The methods are the following:
@li ASTNodeType_t ASTNode.getType()
returns the type of
this AST node.
@li bool ASTNode.isConstant()
returns @c true if this
AST node is a MathML constant (@c true, @c false, @c pi, @c exponentiale),
@c false otherwise.
@li bool ASTNode.isBoolean()
returns @c true if this
AST node returns a boolean value (by being either a logical operator, a
relational operator, or the constant @c true or @c false).
@li bool ASTNode.isFunction()
returns @c true if this
AST node is a function (i.e., a MathML defined function such as @c exp or
else a function defined by a FunctionDefinition in the Model).
@li bool ASTNode.isInfinity()
returns @c true if this
AST node is the special IEEE 754 value infinity.
@li bool ASTNode.isInteger()
returns @c true if this
AST node is holding an integer value.
@li bool ASTNode.isNumber()
returns @c true if this
AST node is holding any number.
@li bool ASTNode.isLambda()
returns @c true if this
AST node is a MathML @c lambda construct.
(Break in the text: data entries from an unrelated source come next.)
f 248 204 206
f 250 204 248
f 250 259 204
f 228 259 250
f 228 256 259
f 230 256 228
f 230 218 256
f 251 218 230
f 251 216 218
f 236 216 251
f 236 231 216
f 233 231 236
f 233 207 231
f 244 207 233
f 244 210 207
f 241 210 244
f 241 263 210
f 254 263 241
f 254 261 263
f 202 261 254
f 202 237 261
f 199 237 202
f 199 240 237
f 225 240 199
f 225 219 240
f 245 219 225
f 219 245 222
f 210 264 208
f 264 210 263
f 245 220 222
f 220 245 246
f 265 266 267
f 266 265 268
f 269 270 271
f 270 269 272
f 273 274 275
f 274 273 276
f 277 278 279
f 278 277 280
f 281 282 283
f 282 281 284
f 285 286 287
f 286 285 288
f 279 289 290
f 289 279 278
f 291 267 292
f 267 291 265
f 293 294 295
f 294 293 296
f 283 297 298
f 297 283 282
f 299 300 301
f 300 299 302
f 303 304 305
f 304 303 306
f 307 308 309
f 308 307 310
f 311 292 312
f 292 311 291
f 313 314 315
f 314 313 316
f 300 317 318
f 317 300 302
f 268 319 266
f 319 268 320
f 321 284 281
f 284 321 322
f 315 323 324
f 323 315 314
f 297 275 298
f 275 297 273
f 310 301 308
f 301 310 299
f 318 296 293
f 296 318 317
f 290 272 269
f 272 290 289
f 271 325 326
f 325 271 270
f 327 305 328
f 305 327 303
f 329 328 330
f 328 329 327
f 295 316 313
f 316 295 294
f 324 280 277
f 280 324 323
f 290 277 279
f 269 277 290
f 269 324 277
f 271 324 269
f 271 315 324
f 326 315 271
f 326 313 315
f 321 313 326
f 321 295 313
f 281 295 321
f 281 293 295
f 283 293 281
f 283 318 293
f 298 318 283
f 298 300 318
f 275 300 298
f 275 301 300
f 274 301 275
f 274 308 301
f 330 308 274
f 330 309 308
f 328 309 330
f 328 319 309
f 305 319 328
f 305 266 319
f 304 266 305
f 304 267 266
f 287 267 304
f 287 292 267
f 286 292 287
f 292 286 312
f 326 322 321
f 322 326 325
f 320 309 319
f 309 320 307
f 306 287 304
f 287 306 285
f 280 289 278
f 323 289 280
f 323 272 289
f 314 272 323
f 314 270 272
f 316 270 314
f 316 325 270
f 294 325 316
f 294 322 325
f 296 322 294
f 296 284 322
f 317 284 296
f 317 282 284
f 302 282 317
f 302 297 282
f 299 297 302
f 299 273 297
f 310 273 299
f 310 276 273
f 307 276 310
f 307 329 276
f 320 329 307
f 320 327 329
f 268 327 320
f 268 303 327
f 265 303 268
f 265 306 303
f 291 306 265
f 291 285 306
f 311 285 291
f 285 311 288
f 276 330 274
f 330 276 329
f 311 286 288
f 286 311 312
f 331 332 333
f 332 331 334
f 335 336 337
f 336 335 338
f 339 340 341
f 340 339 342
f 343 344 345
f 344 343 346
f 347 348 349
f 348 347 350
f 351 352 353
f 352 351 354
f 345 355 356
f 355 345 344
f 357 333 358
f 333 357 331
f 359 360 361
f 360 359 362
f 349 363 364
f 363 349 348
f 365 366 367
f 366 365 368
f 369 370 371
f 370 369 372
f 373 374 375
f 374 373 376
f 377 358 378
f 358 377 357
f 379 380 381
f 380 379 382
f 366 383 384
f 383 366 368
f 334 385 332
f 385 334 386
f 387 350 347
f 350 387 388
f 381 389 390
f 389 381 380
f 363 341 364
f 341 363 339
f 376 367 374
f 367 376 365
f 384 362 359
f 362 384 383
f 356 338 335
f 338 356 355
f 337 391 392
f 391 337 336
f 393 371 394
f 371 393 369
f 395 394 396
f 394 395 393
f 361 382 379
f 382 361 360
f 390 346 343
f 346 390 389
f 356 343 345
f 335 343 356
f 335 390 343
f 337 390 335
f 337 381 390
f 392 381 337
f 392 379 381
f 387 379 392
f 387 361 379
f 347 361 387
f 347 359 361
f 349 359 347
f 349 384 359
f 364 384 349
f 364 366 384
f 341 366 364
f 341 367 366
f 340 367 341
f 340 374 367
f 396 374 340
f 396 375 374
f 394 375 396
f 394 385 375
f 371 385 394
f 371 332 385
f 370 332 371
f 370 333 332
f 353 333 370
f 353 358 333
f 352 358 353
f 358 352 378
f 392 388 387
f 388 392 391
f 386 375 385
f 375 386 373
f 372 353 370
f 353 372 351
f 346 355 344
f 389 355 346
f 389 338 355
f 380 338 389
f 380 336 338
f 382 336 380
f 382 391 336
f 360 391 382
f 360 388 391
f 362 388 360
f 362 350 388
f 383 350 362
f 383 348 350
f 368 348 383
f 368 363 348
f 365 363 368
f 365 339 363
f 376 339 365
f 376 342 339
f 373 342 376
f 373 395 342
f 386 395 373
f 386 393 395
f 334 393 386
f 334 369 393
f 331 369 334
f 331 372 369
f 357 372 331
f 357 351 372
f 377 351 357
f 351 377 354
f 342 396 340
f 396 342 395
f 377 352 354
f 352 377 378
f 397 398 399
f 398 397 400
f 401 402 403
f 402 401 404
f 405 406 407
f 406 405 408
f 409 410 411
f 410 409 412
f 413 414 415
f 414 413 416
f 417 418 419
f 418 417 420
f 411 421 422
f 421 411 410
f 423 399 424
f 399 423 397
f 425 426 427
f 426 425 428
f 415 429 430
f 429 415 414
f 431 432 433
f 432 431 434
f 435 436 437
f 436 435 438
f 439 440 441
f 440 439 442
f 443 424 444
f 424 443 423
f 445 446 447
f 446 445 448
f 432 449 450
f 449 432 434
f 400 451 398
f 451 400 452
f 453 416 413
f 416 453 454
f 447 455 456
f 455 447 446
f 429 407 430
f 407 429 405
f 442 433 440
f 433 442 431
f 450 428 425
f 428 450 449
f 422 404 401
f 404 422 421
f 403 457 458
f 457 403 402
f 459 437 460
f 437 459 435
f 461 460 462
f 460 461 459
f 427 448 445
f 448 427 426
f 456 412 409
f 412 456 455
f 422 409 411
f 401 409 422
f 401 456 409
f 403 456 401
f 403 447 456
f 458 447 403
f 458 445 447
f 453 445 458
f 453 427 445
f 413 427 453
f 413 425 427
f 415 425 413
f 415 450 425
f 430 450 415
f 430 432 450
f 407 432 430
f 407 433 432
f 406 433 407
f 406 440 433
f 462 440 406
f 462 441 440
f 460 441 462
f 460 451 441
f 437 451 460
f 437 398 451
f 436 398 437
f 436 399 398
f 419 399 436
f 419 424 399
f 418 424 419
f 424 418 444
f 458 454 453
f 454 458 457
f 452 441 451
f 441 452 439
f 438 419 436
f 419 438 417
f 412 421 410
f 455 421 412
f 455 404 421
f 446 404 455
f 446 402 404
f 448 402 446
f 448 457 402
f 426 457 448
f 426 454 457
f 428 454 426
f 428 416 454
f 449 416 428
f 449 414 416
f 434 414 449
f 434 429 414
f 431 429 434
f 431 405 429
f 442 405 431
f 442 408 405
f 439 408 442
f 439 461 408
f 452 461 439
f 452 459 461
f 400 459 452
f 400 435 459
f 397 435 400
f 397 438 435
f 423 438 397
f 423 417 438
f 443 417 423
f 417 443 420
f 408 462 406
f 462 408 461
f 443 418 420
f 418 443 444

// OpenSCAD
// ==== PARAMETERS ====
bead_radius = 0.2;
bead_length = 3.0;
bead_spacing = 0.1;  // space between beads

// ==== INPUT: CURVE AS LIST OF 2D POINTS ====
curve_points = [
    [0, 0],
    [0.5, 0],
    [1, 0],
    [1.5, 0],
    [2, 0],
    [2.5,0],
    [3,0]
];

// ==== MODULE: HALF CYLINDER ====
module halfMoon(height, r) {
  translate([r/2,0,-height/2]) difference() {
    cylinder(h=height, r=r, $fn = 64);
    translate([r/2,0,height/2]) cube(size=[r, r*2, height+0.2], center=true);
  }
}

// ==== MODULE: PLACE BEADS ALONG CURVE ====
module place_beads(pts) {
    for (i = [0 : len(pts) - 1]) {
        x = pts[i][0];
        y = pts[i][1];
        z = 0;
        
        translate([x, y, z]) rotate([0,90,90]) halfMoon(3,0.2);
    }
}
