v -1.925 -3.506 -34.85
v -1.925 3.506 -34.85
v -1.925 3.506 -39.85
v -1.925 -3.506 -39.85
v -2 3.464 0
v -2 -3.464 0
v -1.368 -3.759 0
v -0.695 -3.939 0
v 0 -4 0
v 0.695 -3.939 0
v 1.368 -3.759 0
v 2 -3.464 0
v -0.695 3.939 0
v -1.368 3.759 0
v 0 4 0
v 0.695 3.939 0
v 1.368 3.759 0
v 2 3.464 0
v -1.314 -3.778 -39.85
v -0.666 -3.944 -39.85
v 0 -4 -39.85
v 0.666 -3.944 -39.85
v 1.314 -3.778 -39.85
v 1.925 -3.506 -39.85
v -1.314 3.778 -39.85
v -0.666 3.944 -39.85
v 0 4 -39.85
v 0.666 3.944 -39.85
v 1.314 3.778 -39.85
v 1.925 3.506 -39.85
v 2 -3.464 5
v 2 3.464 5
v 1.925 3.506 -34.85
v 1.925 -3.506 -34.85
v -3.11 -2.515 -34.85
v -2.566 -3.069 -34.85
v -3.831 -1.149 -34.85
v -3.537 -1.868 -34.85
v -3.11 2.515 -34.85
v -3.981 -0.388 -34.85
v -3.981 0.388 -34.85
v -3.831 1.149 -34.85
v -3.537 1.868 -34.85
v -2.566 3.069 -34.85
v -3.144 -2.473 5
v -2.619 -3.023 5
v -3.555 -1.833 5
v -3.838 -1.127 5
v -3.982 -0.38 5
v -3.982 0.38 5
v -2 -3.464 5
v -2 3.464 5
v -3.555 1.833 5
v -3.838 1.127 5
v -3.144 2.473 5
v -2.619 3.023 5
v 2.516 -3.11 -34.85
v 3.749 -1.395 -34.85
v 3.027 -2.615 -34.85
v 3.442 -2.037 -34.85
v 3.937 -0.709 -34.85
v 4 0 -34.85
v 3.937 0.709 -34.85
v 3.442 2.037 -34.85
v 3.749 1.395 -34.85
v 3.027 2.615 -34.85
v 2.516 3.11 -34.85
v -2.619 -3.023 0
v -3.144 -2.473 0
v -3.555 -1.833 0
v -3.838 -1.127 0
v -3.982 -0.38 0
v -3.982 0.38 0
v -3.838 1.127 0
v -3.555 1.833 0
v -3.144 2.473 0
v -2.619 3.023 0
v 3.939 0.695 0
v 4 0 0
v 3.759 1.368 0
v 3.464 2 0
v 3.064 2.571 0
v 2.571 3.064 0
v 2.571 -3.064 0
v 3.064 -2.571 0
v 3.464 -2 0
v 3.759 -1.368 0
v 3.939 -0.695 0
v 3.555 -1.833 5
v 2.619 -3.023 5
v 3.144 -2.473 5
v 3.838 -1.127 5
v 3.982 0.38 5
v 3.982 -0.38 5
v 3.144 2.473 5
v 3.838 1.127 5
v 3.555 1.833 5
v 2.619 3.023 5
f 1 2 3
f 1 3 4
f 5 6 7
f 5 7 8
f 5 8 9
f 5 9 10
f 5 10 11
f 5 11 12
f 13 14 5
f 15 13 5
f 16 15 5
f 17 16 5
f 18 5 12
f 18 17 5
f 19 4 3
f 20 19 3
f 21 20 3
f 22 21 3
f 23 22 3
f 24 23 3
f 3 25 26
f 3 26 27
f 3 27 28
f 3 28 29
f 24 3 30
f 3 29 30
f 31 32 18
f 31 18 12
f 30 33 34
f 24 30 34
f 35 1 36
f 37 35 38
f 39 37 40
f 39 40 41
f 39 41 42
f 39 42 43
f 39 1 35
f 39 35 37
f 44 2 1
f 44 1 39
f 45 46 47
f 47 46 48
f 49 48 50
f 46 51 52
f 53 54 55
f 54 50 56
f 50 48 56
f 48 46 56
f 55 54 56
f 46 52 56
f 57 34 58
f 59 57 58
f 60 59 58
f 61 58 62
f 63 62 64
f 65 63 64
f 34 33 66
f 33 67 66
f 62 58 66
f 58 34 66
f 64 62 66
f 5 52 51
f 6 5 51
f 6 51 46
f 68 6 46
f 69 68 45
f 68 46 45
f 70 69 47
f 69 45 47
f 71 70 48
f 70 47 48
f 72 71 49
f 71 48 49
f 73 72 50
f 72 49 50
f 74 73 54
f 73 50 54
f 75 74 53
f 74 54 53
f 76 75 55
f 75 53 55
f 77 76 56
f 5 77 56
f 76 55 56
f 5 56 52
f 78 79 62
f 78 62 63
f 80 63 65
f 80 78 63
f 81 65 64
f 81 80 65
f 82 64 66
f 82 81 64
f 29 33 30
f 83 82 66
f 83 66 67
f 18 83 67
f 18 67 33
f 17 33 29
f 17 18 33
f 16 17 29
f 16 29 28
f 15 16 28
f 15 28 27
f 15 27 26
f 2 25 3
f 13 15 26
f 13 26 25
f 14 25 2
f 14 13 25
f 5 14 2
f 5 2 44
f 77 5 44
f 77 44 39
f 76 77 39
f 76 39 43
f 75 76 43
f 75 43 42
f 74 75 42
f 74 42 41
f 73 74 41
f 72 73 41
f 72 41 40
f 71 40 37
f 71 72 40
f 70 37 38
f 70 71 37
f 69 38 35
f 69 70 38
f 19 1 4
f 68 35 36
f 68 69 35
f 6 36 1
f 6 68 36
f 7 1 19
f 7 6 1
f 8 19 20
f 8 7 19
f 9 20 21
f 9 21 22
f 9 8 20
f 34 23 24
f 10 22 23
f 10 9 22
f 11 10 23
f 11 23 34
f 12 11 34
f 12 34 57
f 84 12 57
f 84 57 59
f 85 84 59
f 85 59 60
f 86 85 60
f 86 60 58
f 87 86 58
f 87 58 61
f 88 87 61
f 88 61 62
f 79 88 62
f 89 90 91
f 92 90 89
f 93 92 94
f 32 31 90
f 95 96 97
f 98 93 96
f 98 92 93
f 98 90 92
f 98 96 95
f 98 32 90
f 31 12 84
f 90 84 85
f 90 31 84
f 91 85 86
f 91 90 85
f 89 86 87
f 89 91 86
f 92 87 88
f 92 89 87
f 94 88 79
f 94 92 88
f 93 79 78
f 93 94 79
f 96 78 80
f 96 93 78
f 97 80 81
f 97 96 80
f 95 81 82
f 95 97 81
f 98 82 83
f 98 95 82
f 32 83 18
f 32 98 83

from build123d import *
from build123d.topology import SkipClean

# Parameters (mm, degrees)
SKETCH1_R           = 4
BOSS_EXTRUDE1_DEPTH = 39.85
BOSS_EXTRUDE2_START = 5
BOSS_EXTRUDE2_DEPTH = 5
CUT_EXTRUDE1_START  = -5
CUT_EXTRUDE1_DEPTH  = 5


with BuildPart() as part:
    # Sketch1 → Boss-Extrude1 (new body)
    with BuildSketch(Plane.XY):
        Circle(SKETCH1_R)
    extrude(amount=-BOSS_EXTRUDE1_DEPTH)

    # Sketch2 → Boss-Extrude2 (add)
    with SkipClean():  # the faces are left unmerged after this step: merging them gives an invalid solid
        with BuildSketch(Plane.XY.offset(BOSS_EXTRUDE2_START)):
            with BuildLine():
                Line((-2, 3.464101615), (-2, -3.464101615))
                ThreePointArc((-2, -3.464101615), (-4, 0), (-2, 3.464101615))
            make_face()
            with BuildLine():
                Line((2, 3.464101615), (2, -3.464101615))
                ThreePointArc((2, -3.464101615), (4, 0), (2, 3.464101615))
            make_face()
        extrude(amount=-BOSS_EXTRUDE2_DEPTH)

    # Sketch3 → Cut-Extrude1 (cut)
    with SkipClean():  # the faces are left unmerged after this step: merging them gives an invalid solid
        with BuildSketch(Plane(origin=(0, 0, -39.85), x_dir=(-1, 0, 0), z_dir=(0, 0, -1)).offset(CUT_EXTRUDE1_START)):
            with BuildLine():
                Line((-1.925, 3.506333555), (-1.925, -3.506333555))
                ThreePointArc((-1.925, -3.506333555), (-4, 0), (-1.925, 3.506333555))
            make_face()
            with BuildLine():
                Line((1.925, 3.506333555), (1.925, -3.506333555))
                ThreePointArc((1.925, -3.506333555), (4, 0), (1.925, 3.506333555))
            make_face()
        extrude(amount=CUT_EXTRUDE1_DEPTH, mode=Mode.SUBTRACT)


solid = part.part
@li bool ASTNode.isLog10()
returns @c true if this
AST node represents the @c log10 function, specifically, that its type is
AST_FUNCTION_LOG and it has two children, the first of which is an integer
equal to 10.
@li bool ASTNode.isLogical()
returns @c true if this
AST node is a logical operator (@c and, @c or, @c not, @c xor).
@li bool ASTNode.isName()
returns @c true if this
AST node is a user-defined name or (in SBML Level 2) one of the two special
@c csymbol constructs "delay" or "time".
@li bool ASTNode.isNaN()
returns @c true if this
AST node has the special IEEE 754 value "not a number" (NaN).
@li bool ASTNode.isNegInfinity()
returns @c true if this
AST node has the special IEEE 754 value of negative infinity.
@li bool ASTNode.isOperator()
returns @c true if this
AST node is an operator (e.g., @c +, @c -, etc.)
@li bool ASTNode.isPiecewise()
returns @c true if this
AST node is the MathML @c piecewise function.
@li bool ASTNode.isRational()
returns @c true if this
AST node is a rational number having a numerator and a denominator.
@li bool ASTNode.isReal()
returns @c true if this
AST node is a real number (specifically, AST_REAL_E or AST_RATIONAL).
@li bool ASTNode.isRelational()
returns @c true if this
AST node is a relational operator.
@li bool ASTNode.isSqrt()
returns @c true if this
AST node is the square-root operator
@li bool ASTNode.isUMinus()
returns @c true if this
AST node is a unary minus.
@li bool ASTNode.isUnknown()
returns @c true if this
AST node's type is unknown.
Programs manipulating AST node structures should check the type of a given
node before calling methods that return a value from the node. The
following meethods are available for returning values from nodes:
@li long ASTNode.getInteger()
@li char ASTNode.getCharacter()
@li string ASTNode.getName()
@li long ASTNode.getNumerator()
@li long ASTNode.getDenominator()
@li float ASTNode.getReal()
@li float ASTNode.getMantissa()
@li long ASTNode.getExponent()
Finally (and rather predictably), libSBML provides methods for setting the
values of AST nodes.
@li ASTNode.setCharacter(char)
sets the value of
this ASTNode to the given character. If character is one of @c +, @c -, @c
*, @c / or @c ^, the node type will be to the appropriate operator type.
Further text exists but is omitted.